The workflow is logically divided into the following blocks:
- **1.1 Schedule Triggers:** Initiate the workflow based on daily, weekly, or monthly schedules.
- **1.2 Type Assignment:** Assign the trending period type ("daily", "weekly", "monthly") as context for processing.
- **1.3 Web Scraping:** Use FireCrawl to scrape GitHub Trending pages corresponding to the assigned type.
- **1.4 AI Data Extraction:** Use an AI agent (LangChain with OpenAI GPT-4o-mini) to parse the scraped Markdown and extract project details.
- **1.5 Data Storage:** Insert the extracted structured data into a Supabase table.

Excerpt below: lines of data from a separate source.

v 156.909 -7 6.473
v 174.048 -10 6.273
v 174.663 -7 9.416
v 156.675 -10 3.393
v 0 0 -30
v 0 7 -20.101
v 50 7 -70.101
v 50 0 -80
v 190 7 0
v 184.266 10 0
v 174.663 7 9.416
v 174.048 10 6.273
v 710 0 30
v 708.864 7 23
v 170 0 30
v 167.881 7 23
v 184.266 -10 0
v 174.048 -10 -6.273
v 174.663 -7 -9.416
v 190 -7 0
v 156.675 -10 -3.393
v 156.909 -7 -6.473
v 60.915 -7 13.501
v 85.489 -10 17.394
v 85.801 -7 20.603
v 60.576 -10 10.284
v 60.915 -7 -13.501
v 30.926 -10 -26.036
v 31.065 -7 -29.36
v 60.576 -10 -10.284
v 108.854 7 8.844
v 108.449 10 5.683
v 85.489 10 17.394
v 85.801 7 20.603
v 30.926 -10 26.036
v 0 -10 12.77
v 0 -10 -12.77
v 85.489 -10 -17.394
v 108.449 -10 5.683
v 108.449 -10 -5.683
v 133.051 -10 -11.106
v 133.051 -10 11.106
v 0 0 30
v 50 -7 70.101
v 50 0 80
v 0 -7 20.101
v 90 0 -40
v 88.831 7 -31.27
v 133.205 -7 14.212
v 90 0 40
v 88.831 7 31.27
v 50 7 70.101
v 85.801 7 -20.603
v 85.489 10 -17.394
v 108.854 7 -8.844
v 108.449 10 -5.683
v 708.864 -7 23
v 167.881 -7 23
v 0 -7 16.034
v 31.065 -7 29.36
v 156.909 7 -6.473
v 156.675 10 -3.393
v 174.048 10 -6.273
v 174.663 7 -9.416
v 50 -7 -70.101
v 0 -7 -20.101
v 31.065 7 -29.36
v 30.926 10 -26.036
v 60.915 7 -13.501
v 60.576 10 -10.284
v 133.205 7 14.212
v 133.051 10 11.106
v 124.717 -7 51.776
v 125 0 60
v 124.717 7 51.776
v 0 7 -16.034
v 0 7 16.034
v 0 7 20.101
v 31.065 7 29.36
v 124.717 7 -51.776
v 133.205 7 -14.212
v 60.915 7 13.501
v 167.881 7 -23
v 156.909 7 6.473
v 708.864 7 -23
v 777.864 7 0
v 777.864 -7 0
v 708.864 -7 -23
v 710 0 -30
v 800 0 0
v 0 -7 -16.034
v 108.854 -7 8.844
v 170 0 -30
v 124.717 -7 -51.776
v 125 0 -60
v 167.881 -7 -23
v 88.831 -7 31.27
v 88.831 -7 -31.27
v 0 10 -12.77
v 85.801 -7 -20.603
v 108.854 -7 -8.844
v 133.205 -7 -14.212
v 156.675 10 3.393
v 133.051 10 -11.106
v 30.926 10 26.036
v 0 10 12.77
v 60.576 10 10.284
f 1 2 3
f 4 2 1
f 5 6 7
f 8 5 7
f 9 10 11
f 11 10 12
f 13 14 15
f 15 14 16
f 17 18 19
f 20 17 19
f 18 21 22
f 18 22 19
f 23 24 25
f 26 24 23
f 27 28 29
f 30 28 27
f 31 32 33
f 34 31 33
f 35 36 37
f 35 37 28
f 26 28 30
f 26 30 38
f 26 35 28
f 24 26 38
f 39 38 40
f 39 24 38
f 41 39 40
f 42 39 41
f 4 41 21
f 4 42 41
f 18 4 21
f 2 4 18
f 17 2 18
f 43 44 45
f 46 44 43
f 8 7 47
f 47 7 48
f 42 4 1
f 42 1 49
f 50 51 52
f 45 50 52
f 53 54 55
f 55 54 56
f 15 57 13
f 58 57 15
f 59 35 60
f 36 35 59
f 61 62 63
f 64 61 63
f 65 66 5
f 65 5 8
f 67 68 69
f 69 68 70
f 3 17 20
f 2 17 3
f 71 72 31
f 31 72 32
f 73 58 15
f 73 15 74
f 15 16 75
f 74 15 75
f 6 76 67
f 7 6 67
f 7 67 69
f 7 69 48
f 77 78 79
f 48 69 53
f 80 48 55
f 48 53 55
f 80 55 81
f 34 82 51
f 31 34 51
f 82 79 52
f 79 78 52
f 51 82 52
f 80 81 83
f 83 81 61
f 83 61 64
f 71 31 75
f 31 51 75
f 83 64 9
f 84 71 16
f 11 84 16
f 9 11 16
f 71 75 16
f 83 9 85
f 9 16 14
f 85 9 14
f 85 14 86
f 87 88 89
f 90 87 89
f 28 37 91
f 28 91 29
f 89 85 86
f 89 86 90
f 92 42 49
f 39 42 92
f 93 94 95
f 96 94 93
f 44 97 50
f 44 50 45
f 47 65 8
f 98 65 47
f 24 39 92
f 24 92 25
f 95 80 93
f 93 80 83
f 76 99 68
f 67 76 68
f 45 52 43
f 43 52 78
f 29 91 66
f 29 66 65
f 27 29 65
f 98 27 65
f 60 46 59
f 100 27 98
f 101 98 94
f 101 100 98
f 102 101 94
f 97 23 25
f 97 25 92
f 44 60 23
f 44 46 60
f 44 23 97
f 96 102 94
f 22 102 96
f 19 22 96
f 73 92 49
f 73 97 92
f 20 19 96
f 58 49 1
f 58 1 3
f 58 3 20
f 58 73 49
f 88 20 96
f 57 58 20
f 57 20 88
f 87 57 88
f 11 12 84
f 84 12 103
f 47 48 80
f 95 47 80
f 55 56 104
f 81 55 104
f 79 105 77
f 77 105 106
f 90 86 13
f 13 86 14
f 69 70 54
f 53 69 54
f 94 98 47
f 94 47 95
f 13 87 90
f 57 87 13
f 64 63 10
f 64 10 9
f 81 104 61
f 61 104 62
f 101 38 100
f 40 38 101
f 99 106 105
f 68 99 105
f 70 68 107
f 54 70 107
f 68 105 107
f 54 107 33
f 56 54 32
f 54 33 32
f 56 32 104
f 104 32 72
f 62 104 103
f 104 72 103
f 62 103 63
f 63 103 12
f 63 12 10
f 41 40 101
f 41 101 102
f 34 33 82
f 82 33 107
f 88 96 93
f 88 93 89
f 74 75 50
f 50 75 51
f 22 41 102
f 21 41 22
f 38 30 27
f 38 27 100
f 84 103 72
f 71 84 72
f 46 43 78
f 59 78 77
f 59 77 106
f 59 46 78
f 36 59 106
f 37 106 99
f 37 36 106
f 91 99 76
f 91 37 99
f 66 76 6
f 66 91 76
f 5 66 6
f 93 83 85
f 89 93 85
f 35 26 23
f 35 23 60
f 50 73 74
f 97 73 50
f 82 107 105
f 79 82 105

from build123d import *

# Parameters (mm, degrees)
F1_DEPTH = 7
F2_SIZE  = 6.99999
F4_DEPTH = 3
F5_SIZE  = 2.99999


# Not quite as in the source:
# - a fillet or chamfer is up to 0.001 mm smaller than in the source, because OpenCascade refuses the exact size


with BuildPart() as f1:
    # F0 (on Front) → F1 (new body)
    with BuildSketch(Plane.XZ):
        Polygon((0, 30), (0, 0), (800, 0), (710, 30), (170, 30), (125, 60), (90, 40), (50, 80), align=None)
        Polygon((800, 0), (0, 0), (0, -30), (50, -80), (90, -40), (125, -60), (170, -30), (710, -30), align=None)
    extrude(amount=F1_DEPTH)

    # F2 (size 7 in the source; OpenCascade refuses exactly that, so slightly less here)
    f2_edges = [f1.edges().sort_by_distance(p)[0] for p in [
        (25, -7, 55),
        (70, -7, 60),
        (107.5, -7, 50),
        (147.5, -7, 45),
        (440, -7, 30),
        (755, -7, 15),
        (25, -7, -55),
        (70, -7, -60),
        (107.5, -7, -50),
        (147.5, -7, -45),
        (440, -7, -30),
        (755, -7, -15),
    ]]
    chamfer(f2_edges, length=F2_SIZE)

    # F3 (on face) → F4 (join)
    with BuildSketch(Plane.XZ.offset(7)):
        Polygon((173.4544423223, -3.2363315113), (190, 0), (0, 0), (0, -16.0339120775), (30.4576978087, -14.7672765888), (60.9153956175, -13.5006411001), (84.8846249282, -11.1722019501), (108.853854239, -8.8437628001), (132.8813694417, -7.6582129113), (156.9088846445, -6.4726630226), align=None)
        Polygon((173.4544423223, 3.2363315113), (190, 0), (174.6631610562, 9.4158361321), align=None)
        Polygon((0, 0), (190, 0), (173.4544423223, 3.2363315113), (156.9088846445, 6.4726630226), (132.8813694417, 7.6582129113), (108.853854239, 8.8437628001), (84.8846249282, 11.1722019501), (60.9153956175, 13.5006411001), (30.4576978087, 14.7672765888), (0, 16.0339120775), align=None)
        Polygon((174.6631610562, -9.4158361321), (190, 0), (173.4544423223, -3.2363315113), align=None)
        Polygon((173.4544423223, 3.2363315113), (174.6631610562, 9.4158361321), (156.9088846445, 6.4726630226), align=None)
        Polygon((174.6631610562, -9.4158361321), (173.4544423223, -3.2363315113), (156.9088846445, -6.4726630226), align=None)
        Polygon((31.0645442111, 29.359591825), (0, 16.0339120775), (30.4576978087, 14.7672765888), align=None)
        Polygon((30.4576978087, -14.7672765888), (0, -16.0339120775), (31.0645442111, -29.359591825), align=None)
        Polygon((132.8813694417, 7.6582129113), (156.9088846445, 6.4726630226), (133.2047409049, 14.2119757014), align=None)
        Polygon((133.2047409049, -14.2119757014), (156.9088846445, -6.4726630226), (132.8813694417, -7.6582129113), align=None)
        Polygon((60.9153956175, 13.5006411001), (31.0645442111, 29.359591825), (30.4576978087, 14.7672765888), align=None)
        Polygon((30.4576978087, -14.7672765888), (31.0645442111, -29.359591825), (60.9153956175, -13.5006411001), align=None)
        Polygon((132.8813694417, 7.6582129113), (133.2047409049, 14.2119757014), (108.853854239, 8.8437628001), align=None)
        Polygon((108.853854239, -8.8437628001), (133.2047409049, -14.2119757014), (132.8813694417, -7.6582129113), align=None)
        Polygon((85.8007351026, 20.602748951), (60.9153956175, 13.5006411001), (84.8846249282, 11.1722019501), align=None)
        Polygon((84.8846249282, -11.1722019501), (60.9153956175, -13.5006411001), (85.8007351026, -20.602748951), align=None)
        Polygon((84.8846249282, 11.1722019501), (108.853854239, 8.8437628001), (85.8007351026, 20.602748951), align=None)
        Polygon((85.8007351026, -20.602748951), (108.853854239, -8.8437628001), (84.8846249282, -11.1722019501), align=None)
    extrude(amount=F4_DEPTH)

    # F5 (size 3 in the source; OpenCascade refuses exactly that, so slightly less here)
    f5_edges = [f1.edges().sort_by_distance(p)[0] for p in [
        (15.532272, -10, 22.696752),
        (45.98997, -10, 21.430116),
        (73.358065, -10, 17.051695),
        (97.327295, -10, 14.723256),
        (121.029298, -10, 11.527869),
        (145.056813, -10, 10.342319),
        (165.786023, -10, 7.94425),
        (182.331581, -10, 4.707918),
        (182.331581, -10, -4.707918),
        (165.786023, -10, -7.94425),
        (145.056813, -10, -10.342319),
        (121.029298, -10, -11.527869),
        (97.327295, -10, -14.723256),
        (73.358065, -10, -17.051695),
        (45.98997, -10, -21.430116),
        (15.532272, -10, -22.696752),
    ]]
    chamfer(f5_edges, length=F5_SIZE)

    # F6: F1 across plane


with BuildPart() as f1_1:
    add(f1.part)
    add(f1.part.mirror(Plane.XZ))


solid = f1_1.part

- **1.6 Documentation Support:** Provide SQL schema instructions for Supabase table setup via a sticky note.
---
### 2. Block-by-Block Analysis
#### 2.1 Schedule Triggers
- **Overview:** Automatically start the workflow execution at defined intervals: daily, weekly, and monthly.
- **Nodes Involved:** `daily`, `weekly`, `monthly`
- **Node Details:**
- **Node: daily**
- Type: Schedule Trigger
- Configuration: Runs every day (default interval)
- Input: None (trigger)
- Output: Triggers downstream nodes at each day start
- Failures: None typical, but workflow pauses if n8n scheduler is off
- **Node: weekly**
- Type: Schedule Trigger
- Configuration: Runs every week (field set to weeks)
- Input: None (trigger)
- Output: Triggers downstream nodes weekly
- Failures: Same as daily
- **Node: monthly**
- Type: Schedule Trigger
- Configuration: Runs every month (field set to months)
- Input: None (trigger)
- Output: Triggers downstream nodes monthly
- Failures: Same as daily
#### 2.2 Type Assignment
- **Overview:** Assigns a string property `type` corresponding to the triggered schedule period, which is used to parameterize the scraping URL and label data.
- **Nodes Involved:** `B1`, `B2`, `B3`, `B_ALL`
- **Node Details:**
- **Node: B1**
- Type: Set
- Configuration: Sets `type` = "daily"
- Input: Trigger from `daily`
- Output: Passes `type` to `B_ALL`
- Failures: None expected
- **Node: B2**
- Type: Set
- Configuration: Sets `type` = "weekly"
- Input: Trigger from `weekly`
- Output: Passes `type` to `B_ALL`
- Failures: None expected
- **Node: B3**
- Type: Set
- Configuration: Sets `type` = "monthly"
- Input: Trigger from `monthly`
- Output: Passes `type` to `B_ALL`
- Failures: None expected
- **Node: B_ALL**
- Type: Set
- Configuration: Copies `type` from previous node to current JSON context
- Input: From `B1`, `B2`, or `B3`
- Output: Passes enriched data to `firecrawl` node
- Failures: None expected
#### 2.3 Web Scraping
- **Overview:** Scrapes GitHub Trending page for the specified period (`daily`, `weekly`, or `monthly`) using FireCrawl, extracting only main content relevant to trending projects.
- **Nodes Involved:** `firecrawl`
- **Node Details:**
- **Node: firecrawl**
- Type: FireCrawl Scraper Node
- Configuration:
- URL template: `https://github.com/trending?since={{ $json.type }}`
- Operation: scrape
- Custom JSON for scraping: only main content, excludes header, includes div[data-hpc]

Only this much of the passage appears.